### Provided information
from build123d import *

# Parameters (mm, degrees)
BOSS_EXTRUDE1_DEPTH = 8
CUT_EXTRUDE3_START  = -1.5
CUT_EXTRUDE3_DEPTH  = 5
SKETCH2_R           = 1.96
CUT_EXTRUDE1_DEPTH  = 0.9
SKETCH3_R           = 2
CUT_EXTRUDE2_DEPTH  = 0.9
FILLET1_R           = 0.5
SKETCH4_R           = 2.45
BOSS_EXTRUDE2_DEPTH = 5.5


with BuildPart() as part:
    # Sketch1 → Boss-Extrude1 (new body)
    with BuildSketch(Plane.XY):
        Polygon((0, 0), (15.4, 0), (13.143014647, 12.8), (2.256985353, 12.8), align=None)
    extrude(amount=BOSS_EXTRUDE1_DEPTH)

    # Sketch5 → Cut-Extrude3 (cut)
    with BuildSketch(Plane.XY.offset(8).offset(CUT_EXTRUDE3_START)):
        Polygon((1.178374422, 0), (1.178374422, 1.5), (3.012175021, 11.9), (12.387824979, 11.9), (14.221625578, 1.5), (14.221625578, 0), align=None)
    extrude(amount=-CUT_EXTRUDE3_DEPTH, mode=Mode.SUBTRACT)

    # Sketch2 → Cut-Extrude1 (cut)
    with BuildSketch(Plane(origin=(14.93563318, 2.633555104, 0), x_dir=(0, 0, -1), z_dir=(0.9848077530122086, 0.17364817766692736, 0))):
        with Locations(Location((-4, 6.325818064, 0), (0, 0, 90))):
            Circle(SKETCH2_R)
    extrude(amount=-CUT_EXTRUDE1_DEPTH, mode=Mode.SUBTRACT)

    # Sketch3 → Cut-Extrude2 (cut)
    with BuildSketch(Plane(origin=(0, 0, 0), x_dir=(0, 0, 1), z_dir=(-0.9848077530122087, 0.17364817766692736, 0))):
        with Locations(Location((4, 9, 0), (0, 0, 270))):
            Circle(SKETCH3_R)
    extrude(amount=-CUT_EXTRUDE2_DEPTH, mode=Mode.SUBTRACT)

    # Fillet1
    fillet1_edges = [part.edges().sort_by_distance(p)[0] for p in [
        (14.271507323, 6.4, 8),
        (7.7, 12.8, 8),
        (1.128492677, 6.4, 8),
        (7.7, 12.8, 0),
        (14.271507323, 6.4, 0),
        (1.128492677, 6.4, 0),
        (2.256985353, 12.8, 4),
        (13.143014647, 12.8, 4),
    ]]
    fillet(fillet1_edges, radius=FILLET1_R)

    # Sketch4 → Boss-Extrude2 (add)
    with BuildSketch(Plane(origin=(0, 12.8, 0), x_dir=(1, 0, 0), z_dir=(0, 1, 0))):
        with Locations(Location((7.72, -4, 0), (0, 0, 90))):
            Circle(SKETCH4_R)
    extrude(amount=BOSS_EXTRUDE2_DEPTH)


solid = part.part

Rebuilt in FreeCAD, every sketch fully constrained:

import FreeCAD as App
import Part
import Sketcher

V = App.Vector
Q = App.Units.Quantity


def edges_at(feature, points):
    """Names of the edges that pass closest to the given points."""
    edges = feature.Shape.Edges
    near = lambda p: min(range(len(edges)), key=lambda i: edges[i].distToShape(Part.Vertex(*p))[0])
    return sorted({f"Edge{near(p) + 1}" for p in points})


def add_polygon(sketch, points):
    """Adds a closed chain of lines whose ends are joined by coincident constraints."""
    first, n = sketch.GeometryCount, len(points)
    for a, b in zip(points, points[1:] + points[:1]):
        sketch.addGeometry(Part.LineSegment(App.Vector(*a, 0), App.Vector(*b, 0)), False)
    for i in range(n):
        sketch.addConstraint(Sketcher.Constraint("Coincident", first + i, 2, first + (i + 1) % n, 1))

doc = App.newDocument("Part")
params = doc.addObject("Spreadsheet::Sheet", "Params")
for row, (alias, value) in enumerate([
    ("sketch1_width", "15.4 mm"),
    ("pad1_length", "8 mm"),
    ("sketch2_height", "1.5 mm"),
    ("pocket1_length", "5 mm"),
    ("sketch3_diameter", "3.92 mm"),
    ("pocket2_length", "0.9 mm"),
    ("sketch4_diameter", "4 mm"),
    ("pocket3_length", "0.9 mm"),
    ("fillet_radius", "0.5 mm"),
    ("sketch5_diameter", "4.9 mm"),
    ("pad2_length", "5.5 mm"),
], start=1):
    params.set(f"A{row}", alias)
    params.set(f"B{row}", "=" + value)
    params.setAlias(f"B{row}", alias)

body = doc.addObject("PartDesign::Body", "Body")

# Sketch on XY plane
sketch1 = body.newObject("Sketcher::SketchObject", "Sketch")
sketch1.AttachmentSupport = (doc.getObject("XY_Plane"), [""])
sketch1.MapMode = "FlatFace"
add_polygon(sketch1, [(0, 0), (15.4, 0), (13.143015, 12.8), (2.256985, 12.8)])  # lines 0-3
sketch1.addConstraint([
    Sketcher.Constraint("Horizontal", 0),
    Sketcher.Constraint("Horizontal", 2),
    Sketcher.Constraint("Coincident", 3, 2, -1, 1),
    Sketcher.Constraint("Equal", 1, 3),
    Sketcher.Constraint("Angle", 1, Q("100 deg")),
    Sketcher.Constraint("DistanceX", 0, 1, 0, 2, 15.4),
    Sketcher.Constraint("DistanceY", -1, 1, 1, 2, 12.8),
])
sketch1.setExpression("Constraints[9]", "Params.sketch1_width")
pad1 = body.newObject("PartDesign::Pad", "Pad")
pad1.Profile = sketch1
pad1.setExpression("Length", "Params.pad1_length")

# Sketch on XY plane
sketch2 = body.newObject("Sketcher::SketchObject", "Sketch001")
sketch2.AttachmentSupport = (doc.getObject("XY_Plane"), [""])
sketch2.MapMode = "FlatFace"
sketch2.AttachmentOffset = App.Placement(V(0, 0, 6.5), App.Rotation())
add_polygon(sketch2, [(1.178374, 1.5), (1.178374, 0), (14.221626, 0), (14.221626, 1.5), (12.387825, 11.9), (3.012175, 11.9)])  # lines 0-5
sketch2.addConstraint([
    Sketcher.Constraint("Vertical", 0),
    Sketcher.Constraint("Horizontal", 1),
    Sketcher.Constraint("Vertical", 2),
    Sketcher.Constraint("Horizontal", 4),
    Sketcher.Constraint("PointOnObject", 0, 2, -1),
    Sketcher.Constraint("Horizontal", 2, 2, 5, 2),
    Sketcher.Constraint("Equal", 3, 5),
    Sketcher.Constraint("Angle", 3, Q("100 deg")),
    Sketcher.Constraint("DistanceY", 0, 2, 0, 1, 1.5),
    Sketcher.Constraint("DistanceY", -1, 1, 3, 2, 11.9),
    Sketcher.Constraint("DistanceX", 1, 1, 1, 2, 13.043251),
    Sketcher.Constraint("DistanceX", -1, 1, 0, 2, 1.178374),
])
sketch2.setExpression("Constraints[14]", "Params.sketch2_height")
pocket1 = body.newObject("PartDesign::Pocket", "Pocket")
pocket1.Profile = sketch2
pocket1.setExpression("Length", "Params.pocket1_length")

# Sketch on an angled plane
sketch3 = body.newObject("Sketcher::SketchObject", "Sketch002")
sketch3.Placement = App.Placement(V(14.935633, 2.633555, 0), App.Rotation(V(0, 0, -1), V(-0.173648178, 0.984807753, 0), V(0.984807753, 0.173648178, 0), "ZXY"))
sketch3.addGeometry(Part.Circle(V(-4, 6.325818, 0), V(0, 0, 1), 1.96), False)
sketch3.addConstraint([
    Sketcher.Constraint("Diameter", 0, 3.92),
    Sketcher.Constraint("DistanceX", 0, 3, -1, 1, 4.0),
    Sketcher.Constraint("DistanceY", -1, 1, 0, 3, 6.325818),
])
sketch3.setExpression("Constraints[0]", "Params.sketch3_diameter")
pocket2 = body.newObject("PartDesign::Pocket", "Pocket001")
pocket2.Profile = sketch3
pocket2.setExpression("Length", "Params.pocket2_length")

# Sketch on an angled plane
sketch4 = body.newObject("Sketcher::SketchObject", "Sketch003")
sketch4.Placement = App.Placement(V(0, 0, 0), App.Rotation(V(0, 0, 1), V(0.173648178, 0.984807753, 0), V(-0.984807753, 0.173648178, 0), "ZXY"))
sketch4.addGeometry(Part.Circle(V(4, 9, 0), V(0, 0, 1), 2), False)
sketch4.addConstraint([
    Sketcher.Constraint("Diameter", 0, 4.0),
    Sketcher.Constraint("DistanceX", -1, 1, 0, 3, 4.0),
    Sketcher.Constraint("DistanceY", -1, 1, 0, 3, 9.0),
])
sketch4.setExpression("Constraints[0]", "Params.sketch4_diameter")
pocket3 = body.newObject("PartDesign::Pocket", "Pocket002")
pocket3.Profile = sketch4
pocket3.setExpression("Length", "Params.pocket3_length")
doc.recompute()

fillet = body.newObject("PartDesign::Fillet", "Fillet")
fillet.Base = (pocket3, edges_at(pocket3, [
    (14.272, 6.4, 8),
    (7.7, 12.8, 8),
    (1.128, 6.4, 8),
    (7.7, 12.8, 0),
    (14.272, 6.4, 0),
    (1.128, 6.4, 0),
    (2.257, 12.8, 4),
    (13.143, 12.8, 4),
]))
fillet.setExpression("Radius", "Params.fillet_radius")

# Sketch on XZ plane
sketch5 = body.newObject("Sketcher::SketchObject", "Sketch004")
sketch5.AttachmentSupport = (doc.getObject("XZ_Plane"), [""])
sketch5.MapMode = "FlatFace"
sketch5.AttachmentOffset = App.Placement(V(0, 0, -12.8), App.Rotation())
sketch5.addGeometry(Part.Circle(V(7.72, 4, 0), V(0, 0, 1), 2.45), False)
sketch5.addConstraint([
    Sketcher.Constraint("Diameter", 0, 4.9),
    Sketcher.Constraint("DistanceY", -1, 1, 0, 3, 4.0),
    Sketcher.Constraint("DistanceX", -1, 1, 0, 3, 7.72),
])
sketch5.setExpression("Constraints[0]", "Params.sketch5_diameter")
pad2 = body.newObject("PartDesign::Pad", "Pad001")
pad2.Profile = sketch5
pad2.setExpression("Length", "Params.pad2_length")
pad2.Reversed = True

doc.recompute()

### Task details
Looking at the records above, which lines contain "Locations"? Copy those lines.

### Task output
        with Locations(Location((-4, 6.325818064, 0), (0, 0, 90))):
        with Locations(Location((4, 9, 0), (0, 0, 270))):
        with Locations(Location((7.72, -4, 0), (0, 0, 90))):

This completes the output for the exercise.